Provate a fissarla per vedere se è vero, e la sensazione che proverete nel momento in cui vi direte “è vero!” è quella che inseguo io continuamente in ogni cosa, così magari sembrerò anche un pochino meno scemo.

E (non contento, anzi a quel punto divertito) la parte “archivio” che sta sopra di lei l’ho trasformato nel fumetto tipo cartoni animati dove c’è scritto cosa si sta dicendo.

E sono un paio di giorni che quando la guardo sorrido per la coincidenza degli scacchi.

Mi diverto con poco, lo so, come trasformare un banale numero di accessi nel mio palindromo personale.

Ma ora la lascio ancora così com’è perché mi diverte di nuovo quando la guardo, e quindi ho ottenuto l’effetto che desidero senza modificarla, e quindi senza averci dovuto lavorare ancora.

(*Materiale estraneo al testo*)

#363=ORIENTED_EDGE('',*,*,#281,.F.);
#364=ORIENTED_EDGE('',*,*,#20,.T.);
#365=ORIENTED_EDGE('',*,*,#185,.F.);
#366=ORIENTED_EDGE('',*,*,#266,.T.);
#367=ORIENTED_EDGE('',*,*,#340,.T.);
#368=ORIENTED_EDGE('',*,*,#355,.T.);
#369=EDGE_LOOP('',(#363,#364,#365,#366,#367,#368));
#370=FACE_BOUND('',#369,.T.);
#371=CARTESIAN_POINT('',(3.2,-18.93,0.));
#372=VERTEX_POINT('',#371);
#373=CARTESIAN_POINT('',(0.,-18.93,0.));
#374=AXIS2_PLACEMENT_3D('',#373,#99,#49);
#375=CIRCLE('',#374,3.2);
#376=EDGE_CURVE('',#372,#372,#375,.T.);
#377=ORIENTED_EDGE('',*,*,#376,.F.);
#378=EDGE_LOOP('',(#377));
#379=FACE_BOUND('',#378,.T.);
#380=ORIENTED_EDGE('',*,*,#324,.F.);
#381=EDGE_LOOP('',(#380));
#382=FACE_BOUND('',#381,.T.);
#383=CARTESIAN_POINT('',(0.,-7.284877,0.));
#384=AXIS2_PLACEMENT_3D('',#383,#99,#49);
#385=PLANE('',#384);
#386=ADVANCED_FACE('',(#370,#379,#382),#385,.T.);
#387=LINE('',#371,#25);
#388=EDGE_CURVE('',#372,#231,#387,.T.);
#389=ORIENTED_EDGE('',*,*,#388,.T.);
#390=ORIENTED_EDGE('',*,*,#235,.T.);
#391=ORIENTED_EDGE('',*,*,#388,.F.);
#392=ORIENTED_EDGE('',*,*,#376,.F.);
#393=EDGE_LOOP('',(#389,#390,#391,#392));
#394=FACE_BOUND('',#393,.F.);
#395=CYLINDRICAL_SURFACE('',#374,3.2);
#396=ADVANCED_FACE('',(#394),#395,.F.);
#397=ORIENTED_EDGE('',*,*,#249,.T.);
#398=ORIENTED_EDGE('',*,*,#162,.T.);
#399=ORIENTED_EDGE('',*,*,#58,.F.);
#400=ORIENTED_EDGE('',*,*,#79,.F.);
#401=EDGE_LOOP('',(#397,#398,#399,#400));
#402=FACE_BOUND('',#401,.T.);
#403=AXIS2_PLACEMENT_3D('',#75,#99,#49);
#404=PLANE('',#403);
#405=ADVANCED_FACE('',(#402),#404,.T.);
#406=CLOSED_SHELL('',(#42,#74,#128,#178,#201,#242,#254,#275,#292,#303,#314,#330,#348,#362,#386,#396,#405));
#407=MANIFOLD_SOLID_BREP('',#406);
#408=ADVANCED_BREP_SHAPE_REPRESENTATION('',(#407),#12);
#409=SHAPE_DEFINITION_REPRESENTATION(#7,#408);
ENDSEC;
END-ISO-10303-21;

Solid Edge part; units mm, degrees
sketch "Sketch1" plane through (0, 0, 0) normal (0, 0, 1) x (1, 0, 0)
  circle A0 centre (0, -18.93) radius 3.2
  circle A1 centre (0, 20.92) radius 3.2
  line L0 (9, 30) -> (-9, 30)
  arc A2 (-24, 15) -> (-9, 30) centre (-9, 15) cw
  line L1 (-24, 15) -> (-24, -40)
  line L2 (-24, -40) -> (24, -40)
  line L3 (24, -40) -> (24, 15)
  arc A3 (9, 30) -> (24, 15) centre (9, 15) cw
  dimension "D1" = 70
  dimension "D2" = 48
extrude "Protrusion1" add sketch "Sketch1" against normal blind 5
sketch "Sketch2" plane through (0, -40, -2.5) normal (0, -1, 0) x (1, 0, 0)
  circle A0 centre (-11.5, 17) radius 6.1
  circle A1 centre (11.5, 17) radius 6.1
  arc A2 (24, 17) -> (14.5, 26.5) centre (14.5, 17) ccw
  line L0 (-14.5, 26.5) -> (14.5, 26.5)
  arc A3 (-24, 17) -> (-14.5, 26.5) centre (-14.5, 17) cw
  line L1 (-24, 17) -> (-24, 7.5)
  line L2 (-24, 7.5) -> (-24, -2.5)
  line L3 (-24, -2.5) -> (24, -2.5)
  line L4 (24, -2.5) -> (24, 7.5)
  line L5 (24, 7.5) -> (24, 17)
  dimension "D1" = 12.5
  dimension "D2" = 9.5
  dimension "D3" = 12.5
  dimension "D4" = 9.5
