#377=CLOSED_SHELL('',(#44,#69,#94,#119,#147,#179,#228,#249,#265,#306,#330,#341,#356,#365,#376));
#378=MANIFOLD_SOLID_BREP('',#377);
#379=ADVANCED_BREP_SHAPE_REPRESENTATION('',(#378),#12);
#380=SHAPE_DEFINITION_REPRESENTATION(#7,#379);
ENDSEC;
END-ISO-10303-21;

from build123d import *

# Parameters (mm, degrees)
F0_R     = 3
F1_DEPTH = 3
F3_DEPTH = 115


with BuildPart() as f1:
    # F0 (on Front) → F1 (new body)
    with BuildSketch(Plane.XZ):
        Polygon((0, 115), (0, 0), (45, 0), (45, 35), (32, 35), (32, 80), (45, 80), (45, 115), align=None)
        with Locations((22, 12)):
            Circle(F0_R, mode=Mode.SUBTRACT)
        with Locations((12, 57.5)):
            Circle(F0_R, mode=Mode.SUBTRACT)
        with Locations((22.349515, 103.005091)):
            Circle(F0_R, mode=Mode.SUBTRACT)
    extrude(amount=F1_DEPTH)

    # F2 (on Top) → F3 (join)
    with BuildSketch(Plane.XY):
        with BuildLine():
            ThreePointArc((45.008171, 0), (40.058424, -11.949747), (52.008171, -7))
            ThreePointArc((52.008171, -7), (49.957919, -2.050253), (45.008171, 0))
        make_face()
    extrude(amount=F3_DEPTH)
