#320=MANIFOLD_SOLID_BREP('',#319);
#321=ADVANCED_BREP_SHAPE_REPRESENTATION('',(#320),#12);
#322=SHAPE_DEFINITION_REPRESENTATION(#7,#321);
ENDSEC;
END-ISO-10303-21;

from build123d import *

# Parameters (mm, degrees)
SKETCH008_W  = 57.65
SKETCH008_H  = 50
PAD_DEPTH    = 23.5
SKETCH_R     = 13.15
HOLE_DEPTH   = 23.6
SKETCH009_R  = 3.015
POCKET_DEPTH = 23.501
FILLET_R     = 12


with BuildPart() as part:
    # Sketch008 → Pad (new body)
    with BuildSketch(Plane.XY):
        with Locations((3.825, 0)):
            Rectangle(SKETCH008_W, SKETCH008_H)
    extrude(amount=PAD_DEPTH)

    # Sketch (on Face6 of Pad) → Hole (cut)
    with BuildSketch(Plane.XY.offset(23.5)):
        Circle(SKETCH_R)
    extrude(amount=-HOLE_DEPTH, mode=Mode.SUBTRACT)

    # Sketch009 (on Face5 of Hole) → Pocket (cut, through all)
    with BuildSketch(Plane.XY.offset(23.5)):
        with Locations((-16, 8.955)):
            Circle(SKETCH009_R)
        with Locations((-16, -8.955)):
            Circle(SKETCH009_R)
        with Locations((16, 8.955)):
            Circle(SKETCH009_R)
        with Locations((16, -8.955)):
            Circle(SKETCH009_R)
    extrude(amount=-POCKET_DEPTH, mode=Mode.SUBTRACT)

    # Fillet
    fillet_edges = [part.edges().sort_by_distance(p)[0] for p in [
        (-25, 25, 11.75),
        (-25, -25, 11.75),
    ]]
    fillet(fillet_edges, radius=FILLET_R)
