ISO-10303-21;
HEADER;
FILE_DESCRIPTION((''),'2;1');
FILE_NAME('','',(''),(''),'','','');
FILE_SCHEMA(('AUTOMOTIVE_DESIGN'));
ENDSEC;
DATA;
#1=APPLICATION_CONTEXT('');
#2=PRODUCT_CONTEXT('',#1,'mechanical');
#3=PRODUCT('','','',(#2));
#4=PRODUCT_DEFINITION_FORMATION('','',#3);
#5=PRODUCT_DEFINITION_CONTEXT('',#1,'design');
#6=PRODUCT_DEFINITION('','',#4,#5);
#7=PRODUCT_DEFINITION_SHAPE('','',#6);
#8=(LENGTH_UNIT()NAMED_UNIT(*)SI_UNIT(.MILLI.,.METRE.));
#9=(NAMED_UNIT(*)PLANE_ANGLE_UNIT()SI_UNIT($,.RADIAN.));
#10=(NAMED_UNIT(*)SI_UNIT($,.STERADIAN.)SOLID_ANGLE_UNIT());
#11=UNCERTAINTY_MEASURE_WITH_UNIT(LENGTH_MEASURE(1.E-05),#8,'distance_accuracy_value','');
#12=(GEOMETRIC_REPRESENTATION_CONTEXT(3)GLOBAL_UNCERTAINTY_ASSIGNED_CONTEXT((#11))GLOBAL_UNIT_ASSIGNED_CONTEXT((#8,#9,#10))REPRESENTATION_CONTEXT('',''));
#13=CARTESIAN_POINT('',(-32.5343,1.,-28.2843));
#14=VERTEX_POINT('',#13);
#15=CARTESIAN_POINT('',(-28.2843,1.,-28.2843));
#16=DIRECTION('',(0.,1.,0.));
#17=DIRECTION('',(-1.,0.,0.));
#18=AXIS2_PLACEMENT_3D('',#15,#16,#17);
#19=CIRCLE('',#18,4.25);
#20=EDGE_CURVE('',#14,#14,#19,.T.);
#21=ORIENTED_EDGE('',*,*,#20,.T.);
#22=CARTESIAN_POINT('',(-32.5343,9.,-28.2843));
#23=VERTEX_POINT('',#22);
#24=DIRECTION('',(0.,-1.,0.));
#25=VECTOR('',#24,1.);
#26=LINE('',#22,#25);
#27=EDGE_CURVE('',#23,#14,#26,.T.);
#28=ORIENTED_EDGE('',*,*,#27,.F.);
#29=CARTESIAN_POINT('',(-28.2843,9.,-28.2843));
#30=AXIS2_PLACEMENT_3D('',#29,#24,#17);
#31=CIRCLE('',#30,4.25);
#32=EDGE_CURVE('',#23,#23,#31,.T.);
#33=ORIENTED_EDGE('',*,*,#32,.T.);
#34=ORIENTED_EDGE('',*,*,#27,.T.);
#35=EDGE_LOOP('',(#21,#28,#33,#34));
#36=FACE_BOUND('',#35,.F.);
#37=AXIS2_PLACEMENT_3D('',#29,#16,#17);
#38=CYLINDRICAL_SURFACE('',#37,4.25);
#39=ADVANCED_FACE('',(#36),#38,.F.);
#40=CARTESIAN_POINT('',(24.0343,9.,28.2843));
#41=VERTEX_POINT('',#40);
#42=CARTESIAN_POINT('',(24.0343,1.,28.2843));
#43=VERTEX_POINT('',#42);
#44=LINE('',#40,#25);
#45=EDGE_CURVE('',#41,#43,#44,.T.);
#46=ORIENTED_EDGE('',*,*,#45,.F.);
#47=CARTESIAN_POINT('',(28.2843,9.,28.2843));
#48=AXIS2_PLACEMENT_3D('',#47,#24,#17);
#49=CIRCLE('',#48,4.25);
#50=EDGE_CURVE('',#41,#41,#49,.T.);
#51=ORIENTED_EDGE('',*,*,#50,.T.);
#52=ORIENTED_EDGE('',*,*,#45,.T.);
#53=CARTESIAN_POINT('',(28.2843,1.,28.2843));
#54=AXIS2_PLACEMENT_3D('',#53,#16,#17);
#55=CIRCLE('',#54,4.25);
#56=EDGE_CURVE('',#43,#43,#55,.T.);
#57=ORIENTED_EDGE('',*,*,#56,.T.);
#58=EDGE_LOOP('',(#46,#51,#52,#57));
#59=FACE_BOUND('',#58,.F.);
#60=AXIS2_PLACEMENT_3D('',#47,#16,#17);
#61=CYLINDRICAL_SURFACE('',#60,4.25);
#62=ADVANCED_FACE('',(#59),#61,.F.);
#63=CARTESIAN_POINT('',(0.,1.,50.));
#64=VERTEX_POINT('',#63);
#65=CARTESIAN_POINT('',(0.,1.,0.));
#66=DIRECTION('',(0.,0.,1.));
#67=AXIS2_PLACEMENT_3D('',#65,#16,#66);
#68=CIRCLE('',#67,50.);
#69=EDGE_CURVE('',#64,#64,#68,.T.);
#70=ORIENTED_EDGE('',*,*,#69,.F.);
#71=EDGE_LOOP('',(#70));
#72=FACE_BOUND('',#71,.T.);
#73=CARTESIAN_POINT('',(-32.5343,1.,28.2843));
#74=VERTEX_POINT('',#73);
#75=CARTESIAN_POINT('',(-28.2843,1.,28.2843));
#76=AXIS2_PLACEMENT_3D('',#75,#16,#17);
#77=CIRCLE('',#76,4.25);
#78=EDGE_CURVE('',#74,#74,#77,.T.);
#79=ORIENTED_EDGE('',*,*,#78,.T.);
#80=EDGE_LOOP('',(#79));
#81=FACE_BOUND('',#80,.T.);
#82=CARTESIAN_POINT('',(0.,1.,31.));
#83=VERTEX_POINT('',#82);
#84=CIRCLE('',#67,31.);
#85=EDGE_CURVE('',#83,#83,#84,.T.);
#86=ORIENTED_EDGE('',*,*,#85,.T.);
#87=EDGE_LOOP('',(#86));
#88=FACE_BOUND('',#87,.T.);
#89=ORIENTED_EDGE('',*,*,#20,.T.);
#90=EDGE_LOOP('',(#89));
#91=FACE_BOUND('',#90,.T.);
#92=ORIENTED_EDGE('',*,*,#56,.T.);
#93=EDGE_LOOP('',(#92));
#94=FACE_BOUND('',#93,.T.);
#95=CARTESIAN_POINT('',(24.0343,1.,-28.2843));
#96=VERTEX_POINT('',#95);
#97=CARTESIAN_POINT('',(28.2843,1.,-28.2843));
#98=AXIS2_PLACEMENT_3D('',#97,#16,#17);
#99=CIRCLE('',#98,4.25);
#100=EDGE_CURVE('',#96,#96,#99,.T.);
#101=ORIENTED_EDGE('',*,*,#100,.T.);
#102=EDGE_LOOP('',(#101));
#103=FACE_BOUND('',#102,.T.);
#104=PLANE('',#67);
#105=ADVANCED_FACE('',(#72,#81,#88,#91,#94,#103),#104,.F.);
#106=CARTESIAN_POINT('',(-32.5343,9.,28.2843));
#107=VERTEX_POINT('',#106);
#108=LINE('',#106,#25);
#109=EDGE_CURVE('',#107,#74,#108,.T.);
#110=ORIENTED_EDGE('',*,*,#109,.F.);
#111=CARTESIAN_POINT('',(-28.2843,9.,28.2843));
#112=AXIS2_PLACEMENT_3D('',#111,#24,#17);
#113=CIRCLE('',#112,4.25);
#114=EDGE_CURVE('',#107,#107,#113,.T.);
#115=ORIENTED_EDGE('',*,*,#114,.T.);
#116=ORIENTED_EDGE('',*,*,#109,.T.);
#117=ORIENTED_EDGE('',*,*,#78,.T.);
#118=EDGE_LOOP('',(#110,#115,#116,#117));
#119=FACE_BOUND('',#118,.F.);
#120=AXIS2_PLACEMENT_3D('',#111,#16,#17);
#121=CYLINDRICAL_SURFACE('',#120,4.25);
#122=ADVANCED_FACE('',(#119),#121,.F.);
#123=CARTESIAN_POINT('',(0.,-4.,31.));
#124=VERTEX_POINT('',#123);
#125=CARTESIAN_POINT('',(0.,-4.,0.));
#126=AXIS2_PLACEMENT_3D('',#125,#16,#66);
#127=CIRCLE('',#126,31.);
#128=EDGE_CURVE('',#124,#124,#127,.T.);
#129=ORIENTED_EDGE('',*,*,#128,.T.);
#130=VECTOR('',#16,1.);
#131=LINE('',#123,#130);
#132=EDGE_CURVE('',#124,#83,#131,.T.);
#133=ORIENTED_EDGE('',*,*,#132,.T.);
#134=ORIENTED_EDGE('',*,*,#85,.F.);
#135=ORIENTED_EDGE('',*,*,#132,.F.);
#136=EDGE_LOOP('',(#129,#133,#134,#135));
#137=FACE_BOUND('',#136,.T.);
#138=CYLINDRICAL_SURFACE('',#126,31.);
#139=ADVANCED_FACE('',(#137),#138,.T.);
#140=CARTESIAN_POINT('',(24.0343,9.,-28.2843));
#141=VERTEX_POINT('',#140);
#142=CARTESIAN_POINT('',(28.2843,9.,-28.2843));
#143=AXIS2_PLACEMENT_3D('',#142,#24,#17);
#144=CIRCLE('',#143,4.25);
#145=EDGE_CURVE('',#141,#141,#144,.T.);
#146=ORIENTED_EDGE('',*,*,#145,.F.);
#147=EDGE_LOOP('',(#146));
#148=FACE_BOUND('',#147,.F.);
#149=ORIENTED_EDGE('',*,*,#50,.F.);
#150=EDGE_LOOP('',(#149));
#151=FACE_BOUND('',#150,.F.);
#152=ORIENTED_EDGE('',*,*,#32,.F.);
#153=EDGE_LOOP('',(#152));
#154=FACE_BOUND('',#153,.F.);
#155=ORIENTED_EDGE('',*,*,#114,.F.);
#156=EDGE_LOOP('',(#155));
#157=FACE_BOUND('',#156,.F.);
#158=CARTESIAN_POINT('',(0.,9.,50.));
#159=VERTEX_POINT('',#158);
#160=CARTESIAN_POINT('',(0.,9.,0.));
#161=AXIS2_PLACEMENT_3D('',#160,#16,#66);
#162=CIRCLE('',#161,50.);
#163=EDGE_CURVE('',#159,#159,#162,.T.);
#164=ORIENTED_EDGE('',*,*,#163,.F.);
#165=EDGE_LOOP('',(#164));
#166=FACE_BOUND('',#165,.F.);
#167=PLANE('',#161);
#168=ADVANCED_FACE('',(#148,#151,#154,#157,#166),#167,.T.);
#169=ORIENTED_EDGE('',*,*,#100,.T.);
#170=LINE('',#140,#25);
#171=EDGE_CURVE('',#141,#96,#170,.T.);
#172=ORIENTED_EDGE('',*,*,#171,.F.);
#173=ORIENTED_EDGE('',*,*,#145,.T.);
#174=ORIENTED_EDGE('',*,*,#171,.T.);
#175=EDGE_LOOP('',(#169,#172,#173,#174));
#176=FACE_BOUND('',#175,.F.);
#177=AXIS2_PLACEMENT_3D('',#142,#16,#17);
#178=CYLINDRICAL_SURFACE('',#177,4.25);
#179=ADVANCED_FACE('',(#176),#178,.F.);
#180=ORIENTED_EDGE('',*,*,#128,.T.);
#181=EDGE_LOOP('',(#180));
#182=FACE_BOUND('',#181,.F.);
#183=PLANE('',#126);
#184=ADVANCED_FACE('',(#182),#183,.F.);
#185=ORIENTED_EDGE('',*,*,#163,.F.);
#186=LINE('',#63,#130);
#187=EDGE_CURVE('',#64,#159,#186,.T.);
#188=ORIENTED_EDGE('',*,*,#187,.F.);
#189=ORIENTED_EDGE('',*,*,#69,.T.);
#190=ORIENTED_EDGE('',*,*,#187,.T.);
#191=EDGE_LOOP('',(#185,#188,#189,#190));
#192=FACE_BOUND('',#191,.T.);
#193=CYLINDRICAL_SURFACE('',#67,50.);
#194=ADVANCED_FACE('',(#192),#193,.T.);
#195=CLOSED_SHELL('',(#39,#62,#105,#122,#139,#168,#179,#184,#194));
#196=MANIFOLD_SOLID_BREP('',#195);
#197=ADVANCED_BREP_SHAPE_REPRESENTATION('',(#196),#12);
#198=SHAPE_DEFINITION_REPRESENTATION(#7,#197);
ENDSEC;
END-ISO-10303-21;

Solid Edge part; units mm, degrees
sketch "Sketch1" plane through (0, 0, 0) normal (1, 0, 0) x (0, 1, 0)
  line L0 (9, 39) -> (9, 50)
  line L1 (1, 50) -> (9, 50)
  line L2 (1, 31) -> (1, 50)
  line L3 (-4, 31) -> (1, 31)
  line L4 (-4, 31) -> (-4, 0)
  line L5 (-4, 0) -> (5, 0)
  line L6 (5, 0) -> (9, 0)
  line L7 (9, 31) -> (9, 0)
  line L8 (9, 36) -> (9, 31)
  line L9 (9, 39) -> (9, 36)
revolve "RevolvedProtrusion1" add sketch "Sketch1" angle 360 about axis through (0, -22.1591, 0) along (0, 1, 0)
sketch "Sketch2" plane through (0, 9, 0) normal (0, 1, 0) x (-1, 0, 0)
  circle A0 centre (-28.2843, 28.2843) radius 4.25
  circle A1 centre (28.2843, 28.2843) radius 4.25
  circle A2 centre (-28.2843, -28.2843) radius 4.25
  circle A3 centre (28.2843, -28.2843) radius 4.25
extrude "Cutout1" cut sketch "Sketch2" against normal up to vertex (125.4935 mm away)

Non so, ma ho come l’impressione che la volontà di tirar fuori cose belle principalmente da quelle piccole, sia uno dei pochi punti di sostegno che mi ha permesso in più di un occasione, di non cadere.

Se non perdo l’abitudine di ridere per una sedia, sono convinto che la mia felicità non mi costerà mai più di quello che posso permettermi.

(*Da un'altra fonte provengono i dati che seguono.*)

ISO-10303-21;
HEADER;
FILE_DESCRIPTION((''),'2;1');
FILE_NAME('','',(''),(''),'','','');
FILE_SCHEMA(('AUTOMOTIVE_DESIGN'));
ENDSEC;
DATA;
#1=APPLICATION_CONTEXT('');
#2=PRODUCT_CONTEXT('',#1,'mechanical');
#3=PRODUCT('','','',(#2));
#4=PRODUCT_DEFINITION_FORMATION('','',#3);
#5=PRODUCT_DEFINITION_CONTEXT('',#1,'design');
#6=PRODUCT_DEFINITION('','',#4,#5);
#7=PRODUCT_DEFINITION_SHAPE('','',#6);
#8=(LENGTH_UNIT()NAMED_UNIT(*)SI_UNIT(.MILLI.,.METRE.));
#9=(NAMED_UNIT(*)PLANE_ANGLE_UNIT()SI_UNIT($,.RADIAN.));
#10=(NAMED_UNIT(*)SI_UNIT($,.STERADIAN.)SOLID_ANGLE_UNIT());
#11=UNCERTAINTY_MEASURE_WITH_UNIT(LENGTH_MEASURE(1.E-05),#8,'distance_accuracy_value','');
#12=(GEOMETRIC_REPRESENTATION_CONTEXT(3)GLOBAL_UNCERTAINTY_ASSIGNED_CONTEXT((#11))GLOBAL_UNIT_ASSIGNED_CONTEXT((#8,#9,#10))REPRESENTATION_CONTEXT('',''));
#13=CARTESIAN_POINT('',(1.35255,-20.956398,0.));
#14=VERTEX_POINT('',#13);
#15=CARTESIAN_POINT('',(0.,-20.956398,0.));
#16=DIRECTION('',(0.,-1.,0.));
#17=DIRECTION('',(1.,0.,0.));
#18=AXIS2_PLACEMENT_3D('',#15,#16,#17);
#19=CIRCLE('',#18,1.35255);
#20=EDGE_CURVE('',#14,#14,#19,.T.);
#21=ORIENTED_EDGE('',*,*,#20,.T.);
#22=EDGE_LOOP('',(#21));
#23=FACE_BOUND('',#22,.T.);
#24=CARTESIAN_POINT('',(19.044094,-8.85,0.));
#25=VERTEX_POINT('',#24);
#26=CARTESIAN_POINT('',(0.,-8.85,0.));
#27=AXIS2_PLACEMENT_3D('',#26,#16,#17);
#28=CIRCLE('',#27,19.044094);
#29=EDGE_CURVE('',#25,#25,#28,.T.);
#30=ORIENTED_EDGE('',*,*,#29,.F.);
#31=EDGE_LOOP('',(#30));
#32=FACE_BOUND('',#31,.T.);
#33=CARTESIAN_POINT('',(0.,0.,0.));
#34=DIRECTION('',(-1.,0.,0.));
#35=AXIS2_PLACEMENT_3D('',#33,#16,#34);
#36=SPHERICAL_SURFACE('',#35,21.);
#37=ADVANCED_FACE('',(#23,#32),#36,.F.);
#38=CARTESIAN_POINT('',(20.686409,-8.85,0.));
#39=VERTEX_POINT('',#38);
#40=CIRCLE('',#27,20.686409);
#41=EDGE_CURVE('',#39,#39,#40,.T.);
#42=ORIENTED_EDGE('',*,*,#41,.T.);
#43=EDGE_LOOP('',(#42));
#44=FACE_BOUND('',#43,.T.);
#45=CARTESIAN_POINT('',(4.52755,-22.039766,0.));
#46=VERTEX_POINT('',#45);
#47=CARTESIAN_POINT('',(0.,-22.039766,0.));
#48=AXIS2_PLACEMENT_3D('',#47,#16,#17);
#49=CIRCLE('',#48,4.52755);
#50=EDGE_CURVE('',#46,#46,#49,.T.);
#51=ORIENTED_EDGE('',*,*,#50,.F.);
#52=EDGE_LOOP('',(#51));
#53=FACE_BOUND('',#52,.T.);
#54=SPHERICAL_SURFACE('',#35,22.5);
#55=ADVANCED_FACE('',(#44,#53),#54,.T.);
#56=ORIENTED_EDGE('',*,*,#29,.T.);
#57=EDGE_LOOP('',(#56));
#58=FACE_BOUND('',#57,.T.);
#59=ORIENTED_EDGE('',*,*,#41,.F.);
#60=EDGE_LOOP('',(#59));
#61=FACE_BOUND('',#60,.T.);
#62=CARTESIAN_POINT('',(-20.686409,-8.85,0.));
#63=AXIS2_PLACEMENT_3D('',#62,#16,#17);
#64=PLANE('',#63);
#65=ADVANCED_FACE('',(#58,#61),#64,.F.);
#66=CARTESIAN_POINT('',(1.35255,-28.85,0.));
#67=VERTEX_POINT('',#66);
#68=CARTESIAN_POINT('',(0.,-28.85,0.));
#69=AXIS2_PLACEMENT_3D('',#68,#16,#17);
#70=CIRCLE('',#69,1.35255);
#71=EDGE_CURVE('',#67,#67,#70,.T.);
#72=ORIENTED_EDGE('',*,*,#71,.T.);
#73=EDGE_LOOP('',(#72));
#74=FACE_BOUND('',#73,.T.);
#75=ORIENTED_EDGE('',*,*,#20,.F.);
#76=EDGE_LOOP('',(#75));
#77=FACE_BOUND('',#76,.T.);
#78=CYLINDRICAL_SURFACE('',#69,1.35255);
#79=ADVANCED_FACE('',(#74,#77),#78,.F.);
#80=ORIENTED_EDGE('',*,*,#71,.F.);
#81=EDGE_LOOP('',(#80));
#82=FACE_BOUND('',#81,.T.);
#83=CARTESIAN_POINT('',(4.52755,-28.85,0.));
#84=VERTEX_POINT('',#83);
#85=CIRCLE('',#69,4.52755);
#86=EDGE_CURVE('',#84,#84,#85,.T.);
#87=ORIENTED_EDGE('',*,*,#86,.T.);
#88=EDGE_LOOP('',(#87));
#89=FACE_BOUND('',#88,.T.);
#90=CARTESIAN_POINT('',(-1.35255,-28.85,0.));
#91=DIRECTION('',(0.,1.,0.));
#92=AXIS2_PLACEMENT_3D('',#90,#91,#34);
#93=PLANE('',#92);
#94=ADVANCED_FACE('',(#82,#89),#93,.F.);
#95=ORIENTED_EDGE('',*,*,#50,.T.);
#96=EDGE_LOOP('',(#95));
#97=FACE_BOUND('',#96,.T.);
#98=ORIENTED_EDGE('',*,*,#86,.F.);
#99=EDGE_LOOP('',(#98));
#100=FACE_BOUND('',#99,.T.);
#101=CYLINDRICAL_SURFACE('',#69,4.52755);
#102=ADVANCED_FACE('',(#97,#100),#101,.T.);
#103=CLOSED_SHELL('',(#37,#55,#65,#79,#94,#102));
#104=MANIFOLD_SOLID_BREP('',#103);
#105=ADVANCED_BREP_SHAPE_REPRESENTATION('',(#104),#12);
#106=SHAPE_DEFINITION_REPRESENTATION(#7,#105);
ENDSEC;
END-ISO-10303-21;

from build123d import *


with BuildPart() as part:
    # Sketch5 → Revolve2 (revolve)
    with BuildSketch(Plane.XY):
        with BuildLine():
            Line((-1.35255, -28.85), (-1.35255, -22.459310063))
            Line((-1.35255, -22.459310063), (-1.35255, -20.956397794))
            ThreePointArc((-1.35255, -20.956397794), (-11.859468122, -17.33069577), (-19.044093573, -8.85))
            Line((-19.044093573, -8.85), (-20.686408581, -8.85))
            ThreePointArc((-20.686408581, -8.85), (-14.227733814, -17.430478781), (-4.52755, -22.039766128))
            Line((-4.52755, -22.039766128), (-4.52755, -28.85))
            Line((-4.52755, -28.85), (-1.35255, -28.85))
        make_face()
    revolve(axis=Axis((0, -28.85, 0), (0, 1, 0)))


solid = part.part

Ogni riferimento, ovviamente, non è puramente casuale.

Ma questa la capiamo in tre, io, mia madre, e mio fratello.

Anche se lui la potrà capire solo quando gli restituiranno la capacità di farlo.

A volte ho un po’ paura.

Forse è giusto ammetterlo.

Vorrei poter fare anche con lui il mio giochino.

Vorrei poterlo fissare a lungo, finchè non smette di essere quello che vedo.

Qualsiasi altra cosa, tranne la morte, sono certo sia meno dolorosa.

13 settembre 2002

meglio con un amico che con uno sconosciuto





Stanotte alle 00:40 il Miki ha passato pure lui i suoi bei trent’anni tanti auguri yeh! yeh! E l’ha festeggiato godendosi la sua bella dose di palconismo sul palco del festival dell’Unità di Taranto dove è andato a suonare manco fossero i Subsonica che tra l’altro l’altra sera sono ovviamente tornato a rivedere a Milano e finalmente questa volta mi hanno fatto la mia canzone preferita che l’altra volta se l’erano tenuta per loro.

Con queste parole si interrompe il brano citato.